Interne Karte fände ich tatsächlich schöner, da ich möglichst wenig am PC dranhängen haben möchte, gibts Interne WLAN Karten ohne Antenne oder ist das einfach nur dumm?


----------



## Schallrich (29. April 2016)

Meinst sicher so etwas.
Wie der Empfang bei solchen Karten ist weiß ich aber nicht.

Intel Wireless-AC 7265 + Bluetooth, M.2/E-Key (7265.NGWG.W) Preisvergleich | Geizhals Deutschland


----------



## Superwip (29. April 2016)

Es gibt keine interne Karten ohne Antenne. Interne Karten werden meist ohne Antenne verkauft aber so hat man keinen Empfang.

Auch eine intern montierte Antenne macht in einem geschlossenen PC-Gehäuse wenig Sinn weil das Gehäuse das Signal recht gut abschirmt womit der Empfang wohl -je nach Gehäuse- zumindest sehr schlecht ist.
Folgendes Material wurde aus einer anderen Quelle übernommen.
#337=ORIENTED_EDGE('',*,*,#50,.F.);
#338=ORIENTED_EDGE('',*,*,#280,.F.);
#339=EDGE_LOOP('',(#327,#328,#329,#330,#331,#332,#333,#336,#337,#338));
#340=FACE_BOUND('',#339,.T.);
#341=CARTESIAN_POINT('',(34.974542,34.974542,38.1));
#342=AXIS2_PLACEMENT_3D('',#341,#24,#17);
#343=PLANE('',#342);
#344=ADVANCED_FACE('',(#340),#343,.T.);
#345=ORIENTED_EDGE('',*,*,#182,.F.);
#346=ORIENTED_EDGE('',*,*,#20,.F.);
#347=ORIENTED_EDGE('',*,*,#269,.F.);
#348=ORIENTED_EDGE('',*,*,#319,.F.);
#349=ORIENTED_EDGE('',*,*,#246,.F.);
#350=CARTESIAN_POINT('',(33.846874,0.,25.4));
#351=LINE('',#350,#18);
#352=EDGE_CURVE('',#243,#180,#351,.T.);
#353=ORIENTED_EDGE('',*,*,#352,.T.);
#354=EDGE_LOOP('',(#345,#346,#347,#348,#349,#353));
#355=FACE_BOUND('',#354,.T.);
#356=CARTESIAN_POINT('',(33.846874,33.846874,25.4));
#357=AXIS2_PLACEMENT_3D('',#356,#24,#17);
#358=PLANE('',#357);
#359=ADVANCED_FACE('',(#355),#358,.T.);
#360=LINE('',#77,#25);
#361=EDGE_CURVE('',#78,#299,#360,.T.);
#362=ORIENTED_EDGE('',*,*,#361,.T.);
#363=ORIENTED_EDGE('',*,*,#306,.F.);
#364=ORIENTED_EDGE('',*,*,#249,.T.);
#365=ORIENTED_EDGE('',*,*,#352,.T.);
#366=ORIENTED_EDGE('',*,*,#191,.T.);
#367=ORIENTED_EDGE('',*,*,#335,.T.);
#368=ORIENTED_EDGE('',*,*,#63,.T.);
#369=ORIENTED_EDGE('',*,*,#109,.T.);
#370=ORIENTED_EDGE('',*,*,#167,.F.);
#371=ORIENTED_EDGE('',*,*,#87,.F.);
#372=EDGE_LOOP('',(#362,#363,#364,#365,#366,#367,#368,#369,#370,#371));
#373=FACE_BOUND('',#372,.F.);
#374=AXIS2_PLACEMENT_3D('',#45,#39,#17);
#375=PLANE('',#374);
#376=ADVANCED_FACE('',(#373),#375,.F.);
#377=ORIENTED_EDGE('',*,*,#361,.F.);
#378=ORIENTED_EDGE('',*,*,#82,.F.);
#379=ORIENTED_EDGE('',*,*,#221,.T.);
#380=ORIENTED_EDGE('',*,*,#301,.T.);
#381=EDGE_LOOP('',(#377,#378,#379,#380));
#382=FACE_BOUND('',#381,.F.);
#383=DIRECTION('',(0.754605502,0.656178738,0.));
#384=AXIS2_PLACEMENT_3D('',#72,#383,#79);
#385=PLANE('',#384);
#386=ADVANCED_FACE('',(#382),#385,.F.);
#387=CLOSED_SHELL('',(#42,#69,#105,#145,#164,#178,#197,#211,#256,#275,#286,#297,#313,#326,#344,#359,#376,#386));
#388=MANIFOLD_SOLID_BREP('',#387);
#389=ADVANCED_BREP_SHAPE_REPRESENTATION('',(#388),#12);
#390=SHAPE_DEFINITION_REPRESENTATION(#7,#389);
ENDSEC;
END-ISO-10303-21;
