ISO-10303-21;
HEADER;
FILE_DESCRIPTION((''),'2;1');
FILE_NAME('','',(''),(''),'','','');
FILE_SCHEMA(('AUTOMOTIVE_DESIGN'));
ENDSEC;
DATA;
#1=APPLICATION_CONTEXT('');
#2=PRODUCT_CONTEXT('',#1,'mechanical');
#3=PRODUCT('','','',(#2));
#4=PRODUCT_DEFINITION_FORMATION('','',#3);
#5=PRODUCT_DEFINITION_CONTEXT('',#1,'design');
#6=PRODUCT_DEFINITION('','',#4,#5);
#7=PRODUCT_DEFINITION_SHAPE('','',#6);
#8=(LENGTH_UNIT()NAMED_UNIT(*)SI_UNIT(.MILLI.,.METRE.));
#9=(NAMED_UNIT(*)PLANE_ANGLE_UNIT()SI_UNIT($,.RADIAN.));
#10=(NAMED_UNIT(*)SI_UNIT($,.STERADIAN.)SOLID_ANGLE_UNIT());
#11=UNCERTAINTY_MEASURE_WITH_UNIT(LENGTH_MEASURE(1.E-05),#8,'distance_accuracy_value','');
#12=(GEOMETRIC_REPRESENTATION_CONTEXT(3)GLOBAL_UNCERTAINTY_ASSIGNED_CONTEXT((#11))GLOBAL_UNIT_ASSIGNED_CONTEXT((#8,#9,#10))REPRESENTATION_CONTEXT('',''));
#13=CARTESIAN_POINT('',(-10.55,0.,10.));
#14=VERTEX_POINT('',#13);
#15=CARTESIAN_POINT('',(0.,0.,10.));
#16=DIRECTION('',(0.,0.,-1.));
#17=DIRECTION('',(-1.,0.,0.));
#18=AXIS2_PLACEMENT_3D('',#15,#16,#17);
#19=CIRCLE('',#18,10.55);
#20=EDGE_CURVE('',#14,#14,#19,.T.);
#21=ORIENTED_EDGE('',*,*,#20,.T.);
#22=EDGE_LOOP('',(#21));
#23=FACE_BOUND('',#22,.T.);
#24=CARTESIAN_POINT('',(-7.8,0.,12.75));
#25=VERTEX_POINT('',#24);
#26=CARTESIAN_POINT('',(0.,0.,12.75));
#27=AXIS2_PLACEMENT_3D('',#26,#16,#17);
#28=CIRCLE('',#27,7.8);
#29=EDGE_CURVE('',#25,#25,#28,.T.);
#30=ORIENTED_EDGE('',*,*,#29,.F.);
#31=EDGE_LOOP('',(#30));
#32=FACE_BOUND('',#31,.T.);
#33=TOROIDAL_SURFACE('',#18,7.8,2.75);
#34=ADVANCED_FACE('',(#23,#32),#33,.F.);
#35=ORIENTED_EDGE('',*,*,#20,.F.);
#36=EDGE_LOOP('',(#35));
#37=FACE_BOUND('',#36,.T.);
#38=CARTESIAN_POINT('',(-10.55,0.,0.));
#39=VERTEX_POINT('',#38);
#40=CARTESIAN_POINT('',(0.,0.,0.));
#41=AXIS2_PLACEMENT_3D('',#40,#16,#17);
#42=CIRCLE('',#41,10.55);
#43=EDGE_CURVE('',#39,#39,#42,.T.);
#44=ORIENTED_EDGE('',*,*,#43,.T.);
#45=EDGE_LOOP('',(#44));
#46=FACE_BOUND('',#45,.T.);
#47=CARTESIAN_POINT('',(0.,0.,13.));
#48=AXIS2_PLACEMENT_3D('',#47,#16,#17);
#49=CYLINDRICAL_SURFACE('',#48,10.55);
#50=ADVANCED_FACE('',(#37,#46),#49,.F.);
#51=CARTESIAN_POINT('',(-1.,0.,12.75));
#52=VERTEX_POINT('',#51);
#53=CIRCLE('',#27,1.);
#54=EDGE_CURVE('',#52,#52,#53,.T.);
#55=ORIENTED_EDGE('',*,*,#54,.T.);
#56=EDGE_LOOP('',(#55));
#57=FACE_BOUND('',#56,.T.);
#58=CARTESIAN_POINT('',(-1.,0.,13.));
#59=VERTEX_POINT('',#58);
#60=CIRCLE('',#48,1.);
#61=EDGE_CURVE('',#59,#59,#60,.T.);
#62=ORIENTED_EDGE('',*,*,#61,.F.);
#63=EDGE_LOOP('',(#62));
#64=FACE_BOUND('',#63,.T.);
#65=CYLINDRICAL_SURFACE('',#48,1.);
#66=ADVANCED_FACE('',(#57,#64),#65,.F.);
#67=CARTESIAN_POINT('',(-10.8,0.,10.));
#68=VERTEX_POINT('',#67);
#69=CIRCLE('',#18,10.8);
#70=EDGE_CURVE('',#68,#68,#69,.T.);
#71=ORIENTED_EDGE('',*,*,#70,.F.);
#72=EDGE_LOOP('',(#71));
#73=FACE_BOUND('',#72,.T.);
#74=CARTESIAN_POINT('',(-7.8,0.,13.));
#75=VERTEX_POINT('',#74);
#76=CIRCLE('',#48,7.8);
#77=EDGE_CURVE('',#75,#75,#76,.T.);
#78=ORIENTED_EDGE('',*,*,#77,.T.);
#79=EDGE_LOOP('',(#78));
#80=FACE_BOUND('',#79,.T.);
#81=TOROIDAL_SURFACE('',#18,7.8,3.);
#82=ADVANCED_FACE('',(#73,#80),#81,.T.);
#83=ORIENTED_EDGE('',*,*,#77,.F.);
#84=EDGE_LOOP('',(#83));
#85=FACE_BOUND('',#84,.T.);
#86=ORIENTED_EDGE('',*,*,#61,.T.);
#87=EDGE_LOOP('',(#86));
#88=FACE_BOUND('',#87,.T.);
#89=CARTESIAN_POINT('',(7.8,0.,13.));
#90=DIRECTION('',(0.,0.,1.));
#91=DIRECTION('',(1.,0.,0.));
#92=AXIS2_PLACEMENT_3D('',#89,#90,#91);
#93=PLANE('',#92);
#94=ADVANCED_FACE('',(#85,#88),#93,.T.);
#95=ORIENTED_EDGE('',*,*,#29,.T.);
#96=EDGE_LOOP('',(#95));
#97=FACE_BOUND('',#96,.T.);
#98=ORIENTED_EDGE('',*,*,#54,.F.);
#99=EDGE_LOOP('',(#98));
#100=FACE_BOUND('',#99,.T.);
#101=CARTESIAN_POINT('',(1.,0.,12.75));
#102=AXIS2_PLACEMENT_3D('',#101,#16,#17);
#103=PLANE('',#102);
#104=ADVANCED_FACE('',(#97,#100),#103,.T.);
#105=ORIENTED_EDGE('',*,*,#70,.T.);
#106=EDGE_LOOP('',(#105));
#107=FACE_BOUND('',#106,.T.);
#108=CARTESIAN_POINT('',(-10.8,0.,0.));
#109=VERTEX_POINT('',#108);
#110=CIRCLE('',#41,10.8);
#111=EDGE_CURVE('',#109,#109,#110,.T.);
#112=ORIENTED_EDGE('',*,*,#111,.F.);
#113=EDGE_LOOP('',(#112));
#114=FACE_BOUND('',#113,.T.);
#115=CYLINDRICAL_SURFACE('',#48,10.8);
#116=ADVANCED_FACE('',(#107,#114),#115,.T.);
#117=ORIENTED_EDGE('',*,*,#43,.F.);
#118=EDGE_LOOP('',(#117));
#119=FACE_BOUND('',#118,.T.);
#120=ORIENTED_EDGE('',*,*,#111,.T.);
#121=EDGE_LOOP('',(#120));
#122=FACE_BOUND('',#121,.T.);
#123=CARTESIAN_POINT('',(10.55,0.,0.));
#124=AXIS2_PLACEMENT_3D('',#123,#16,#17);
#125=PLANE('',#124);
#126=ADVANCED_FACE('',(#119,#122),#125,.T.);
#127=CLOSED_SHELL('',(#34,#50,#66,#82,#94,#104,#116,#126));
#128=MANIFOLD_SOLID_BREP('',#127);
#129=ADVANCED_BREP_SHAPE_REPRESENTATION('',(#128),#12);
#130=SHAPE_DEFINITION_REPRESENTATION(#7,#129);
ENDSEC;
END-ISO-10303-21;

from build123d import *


with BuildPart() as part:
    # Schizzo1 → Rivoluzione1 (revolve)
    with BuildSketch(Plane.XZ):
        with BuildLine():
            Line((10.8, 0), (10.8, 10))
            ThreePointArc((10.8, 10), (9.921320344, 12.121320344), (7.8, 13))
            Line((7.8, 13), (1, 13))
            Line((1, 13), (1, 12.75))
            Line((1, 12.75), (7.8, 12.75))
            ThreePointArc((7.8, 12.75), (9.744543648, 11.944543648), (10.55, 10))
            Line((10.55, 10), (10.55, 0))
            Line((10.55, 0), (10.8, 0))
        make_face()
    revolve(axis=Axis((0, 0, 13), (0, 0, -1)))


solid = part.part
Um externe Antennen kommt man auch mit einer internen W-LAN Karte kaum herum.


----------



## Abductee (29. April 2016)

Meine Empfehlung:
Gigabyte GC-WB867D-I, PCIe x1 Preisvergleich | Geizhals Deutschland

Die Antenne hat einen Magnetfuß und lässt sich optisch so platzieren das sie am wenigsten stört.


----------